Exercise instructions
From the entries below, return only the lines starting at the one that contains "v3 (5,0,13)" and ending at the one that contains "e20 v18 v18", exactly as they stand.
-------- Data provided --------
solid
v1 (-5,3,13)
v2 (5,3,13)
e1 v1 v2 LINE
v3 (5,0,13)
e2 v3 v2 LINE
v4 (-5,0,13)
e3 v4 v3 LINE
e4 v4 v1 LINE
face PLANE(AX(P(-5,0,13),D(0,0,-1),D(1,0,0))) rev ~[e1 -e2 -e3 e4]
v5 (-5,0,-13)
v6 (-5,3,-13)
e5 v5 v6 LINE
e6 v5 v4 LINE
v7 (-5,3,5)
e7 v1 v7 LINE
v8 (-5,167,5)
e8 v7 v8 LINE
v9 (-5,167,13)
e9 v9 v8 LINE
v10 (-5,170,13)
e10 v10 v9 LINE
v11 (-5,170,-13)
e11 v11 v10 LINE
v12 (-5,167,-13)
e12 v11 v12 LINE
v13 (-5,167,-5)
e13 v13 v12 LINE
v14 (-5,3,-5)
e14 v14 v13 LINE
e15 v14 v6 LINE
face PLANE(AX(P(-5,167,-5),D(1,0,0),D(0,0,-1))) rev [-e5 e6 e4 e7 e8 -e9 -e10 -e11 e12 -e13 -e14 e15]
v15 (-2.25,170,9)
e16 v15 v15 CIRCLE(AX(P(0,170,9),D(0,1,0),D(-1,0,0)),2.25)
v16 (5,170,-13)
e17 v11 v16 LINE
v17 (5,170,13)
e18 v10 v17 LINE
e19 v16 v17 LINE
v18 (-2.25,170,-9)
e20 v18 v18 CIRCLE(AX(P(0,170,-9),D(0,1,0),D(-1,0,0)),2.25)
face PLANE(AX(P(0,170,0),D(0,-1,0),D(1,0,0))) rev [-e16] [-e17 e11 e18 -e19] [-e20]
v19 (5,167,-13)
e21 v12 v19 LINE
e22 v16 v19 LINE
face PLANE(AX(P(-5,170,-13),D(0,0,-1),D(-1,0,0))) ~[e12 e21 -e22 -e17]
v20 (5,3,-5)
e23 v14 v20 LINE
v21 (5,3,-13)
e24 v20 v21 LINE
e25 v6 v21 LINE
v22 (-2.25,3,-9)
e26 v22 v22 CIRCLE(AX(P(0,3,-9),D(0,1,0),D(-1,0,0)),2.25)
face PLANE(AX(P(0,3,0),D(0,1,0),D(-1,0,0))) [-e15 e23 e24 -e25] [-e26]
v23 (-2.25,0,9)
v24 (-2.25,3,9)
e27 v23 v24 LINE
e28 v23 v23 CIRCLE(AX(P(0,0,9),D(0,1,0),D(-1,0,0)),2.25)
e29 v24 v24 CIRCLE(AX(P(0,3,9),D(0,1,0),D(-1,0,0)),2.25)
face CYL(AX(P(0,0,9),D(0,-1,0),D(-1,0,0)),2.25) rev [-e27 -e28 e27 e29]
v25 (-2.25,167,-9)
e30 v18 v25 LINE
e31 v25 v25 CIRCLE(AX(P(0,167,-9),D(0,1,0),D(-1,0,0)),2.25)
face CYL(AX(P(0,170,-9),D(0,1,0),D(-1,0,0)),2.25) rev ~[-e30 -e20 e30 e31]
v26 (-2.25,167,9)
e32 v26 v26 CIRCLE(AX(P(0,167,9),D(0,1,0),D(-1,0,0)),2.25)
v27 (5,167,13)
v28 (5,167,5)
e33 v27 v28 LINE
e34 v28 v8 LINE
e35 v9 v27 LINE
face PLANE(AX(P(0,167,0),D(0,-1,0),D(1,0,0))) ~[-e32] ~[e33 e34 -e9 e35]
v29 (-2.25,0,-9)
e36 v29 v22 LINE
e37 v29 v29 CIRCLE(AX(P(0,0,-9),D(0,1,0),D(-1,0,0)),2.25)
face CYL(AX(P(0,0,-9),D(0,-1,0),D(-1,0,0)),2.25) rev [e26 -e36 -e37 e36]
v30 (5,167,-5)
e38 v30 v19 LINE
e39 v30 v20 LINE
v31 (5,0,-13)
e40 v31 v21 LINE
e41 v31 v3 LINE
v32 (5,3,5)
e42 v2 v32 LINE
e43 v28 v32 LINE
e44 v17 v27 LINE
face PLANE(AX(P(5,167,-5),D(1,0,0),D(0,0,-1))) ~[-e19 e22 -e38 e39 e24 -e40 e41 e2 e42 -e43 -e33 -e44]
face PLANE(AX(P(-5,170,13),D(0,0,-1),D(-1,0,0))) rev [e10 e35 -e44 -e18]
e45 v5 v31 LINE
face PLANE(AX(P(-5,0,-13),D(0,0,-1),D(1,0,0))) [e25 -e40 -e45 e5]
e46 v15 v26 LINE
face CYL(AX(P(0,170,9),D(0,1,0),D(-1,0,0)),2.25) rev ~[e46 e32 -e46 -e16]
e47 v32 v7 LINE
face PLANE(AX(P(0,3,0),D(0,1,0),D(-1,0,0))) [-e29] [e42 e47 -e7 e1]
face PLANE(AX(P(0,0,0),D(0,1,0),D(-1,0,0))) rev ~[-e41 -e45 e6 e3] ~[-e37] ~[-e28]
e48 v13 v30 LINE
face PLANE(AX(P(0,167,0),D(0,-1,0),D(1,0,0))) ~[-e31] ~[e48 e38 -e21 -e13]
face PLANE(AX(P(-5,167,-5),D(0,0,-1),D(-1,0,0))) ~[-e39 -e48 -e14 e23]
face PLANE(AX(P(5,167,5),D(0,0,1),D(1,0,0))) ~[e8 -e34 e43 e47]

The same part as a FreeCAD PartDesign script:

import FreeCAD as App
import Part
import Sketcher


def add_polygon(sketch, points):
    """Adds a closed chain of lines whose ends are joined by coincident constraints."""
    first, n = sketch.GeometryCount, len(points)
    for a, b in zip(points, points[1:] + points[:1]):
        sketch.addGeometry(Part.LineSegment(App.Vector(*a, 0), App.Vector(*b, 0)), False)
    for i in range(n):
        sketch.addConstraint(Sketcher.Constraint("Coincident", first + i, 2, first + (i + 1) % n, 1))

doc = App.newDocument("Part")
body = doc.addObject("PartDesign::Body", "Body")

# Sketch on XZ plane
sketch1 = doc.addObject("Sketcher::SketchObject", "Sketch")
body.addObject(sketch1)
sketch1.AttachmentSupport = (doc.XZ_Plane, [""])
sketch1.MapMode = "FlatFace"
add_polygon(sketch1, [(-5, 13), (5, 13), (5, -13), (-5, -13)])  # lines 0-3
sketch1.addGeometry(Part.Circle(App.Vector(0, -9, 0), App.Vector(0, 0, 1), 2.2), False)  # 4
sketch1.addGeometry(Part.Circle(App.Vector(0, 9, 0), App.Vector(0, 0, 1), 2.2), False)  # 5
sketch1.addConstraint([
    Sketcher.Constraint("Horizontal", 0),
    Sketcher.Constraint("Vertical", 1),
    Sketcher.Constraint("Horizontal", 2),
    Sketcher.Constraint("Vertical", 3),
    Sketcher.Constraint("Equal", 4, 5),
    Sketcher.Constraint("Symmetric", 4, 3, 5, 3, -1, 1),
    Sketcher.Constraint("Symmetric", 0, 2, 2, 2, -1, 1),
    Sketcher.Constraint("PointOnObject", 4, 3, -2),
    Sketcher.Constraint("Diameter", 4, 4.5),
    Sketcher.Constraint("DistanceX", 0, 1, 0, 2, 10.0),
    Sketcher.Constraint("DistanceY", 5, 3, 0, 2, 4.0),
    Sketcher.Constraint("DistanceY", 1, 2, 1, 1, 26.0),
])
pad1 = doc.addObject("PartDesign::Pad", "Pad")
body.addObject(pad1)
pad1.Profile = sketch1
pad1.Length = 3
pad1.Reversed = True

# Sketch on XZ plane
sketch2 = doc.addObject("Sketcher::SketchObject", "Sketch001")
body.addObject(sketch2)
sketch2.AttachmentSupport = (doc.XZ_Plane, [""])
sketch2.MapMode = "FlatFace"
sketch2.AttachmentOffset = App.Placement(App.Vector(0, 0, -3), App.Rotation())
add_polygon(sketch2, [(5, -5), (-5, -5), (-5, 5), (5, 5)])  # lines 0-3
sketch2.addConstraint([
    Sketcher.Constraint("Horizontal", 0),
    Sketcher.Constraint("Vertical", 1),
    Sketcher.Constraint("Horizontal", 2),
    Sketcher.Constraint("Vertical", 3),
    Sketcher.Constraint("Symmetric", 0, 2, 2, 2, -1, 1),
    Sketcher.Constraint("Equal", 2, 1),
    Sketcher.Constraint("DistanceX", 0, 2, 0, 1, 10.0),
])
pad2 = doc.addObject("PartDesign::Pad", "Pad001")
body.addObject(pad2)
pad2.Profile = sketch2
pad2.Length = 82
pad2.Reversed = True
doc.recompute()

datumplane = doc.addObject("PartDesign::Plane", "DatumPlane")
body.addObject(datumplane)
datumplane.AttachmentSupport = (doc.XZ_Plane, [""])
datumplane.MapMode = "FlatFace"
datumplane.AttachmentOffset = App.Placement(App.Vector(0, 0, -85), App.Rotation())
mirrored = doc.addObject("PartDesign::Mirrored", "Mirrored")
body.addObject(mirrored)
mirrored.Originals = [pad1, pad2]
mirrored.MirrorPlane = (datumplane, [""])
body.Tip = mirrored

doc.recompute()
--------
Answer box
v3 (5,0,13)
e2 v3 v2 LINE
v4 (-5,0,13)
e3 v4 v3 LINE
e4 v4 v1 LINE
face PLANE(AX(P(-5,0,13),D(0,0,-1),D(1,0,0))) rev ~[e1 -e2 -e3 e4]
v5 (-5,0,-13)
v6 (-5,3,-13)
e5 v5 v6 LINE
e6 v5 v4 LINE
v7 (-5,3,5)
e7 v1 v7 LINE
v8 (-5,167,5)
e8 v7 v8 LINE
v9 (-5,167,13)
e9 v9 v8 LINE
v10 (-5,170,13)
e10 v10 v9 LINE
v11 (-5,170,-13)
e11 v11 v10 LINE
v12 (-5,167,-13)
e12 v11 v12 LINE
v13 (-5,167,-5)
e13 v13 v12 LINE
v14 (-5,3,-5)
e14 v14 v13 LINE
e15 v14 v6 LINE
face PLANE(AX(P(-5,167,-5),D(1,0,0),D(0,0,-1))) rev [-e5 e6 e4 e7 e8 -e9 -e10 -e11 e12 -e13 -e14 e15]
v15 (-2.25,170,9)
e16 v15 v15 CIRCLE(AX(P(0,170,9),D(0,1,0),D(-1,0,0)),2.25)
v16 (5,170,-13)
e17 v11 v16 LINE
v17 (5,170,13)
e18 v10 v17 LINE
e19 v16 v17 LINE
v18 (-2.25,170,-9)
e20 v18 v18 CIRCLE(AX(P(0,170,-9),D(0,1,0),D(-1,0,0)),2.25)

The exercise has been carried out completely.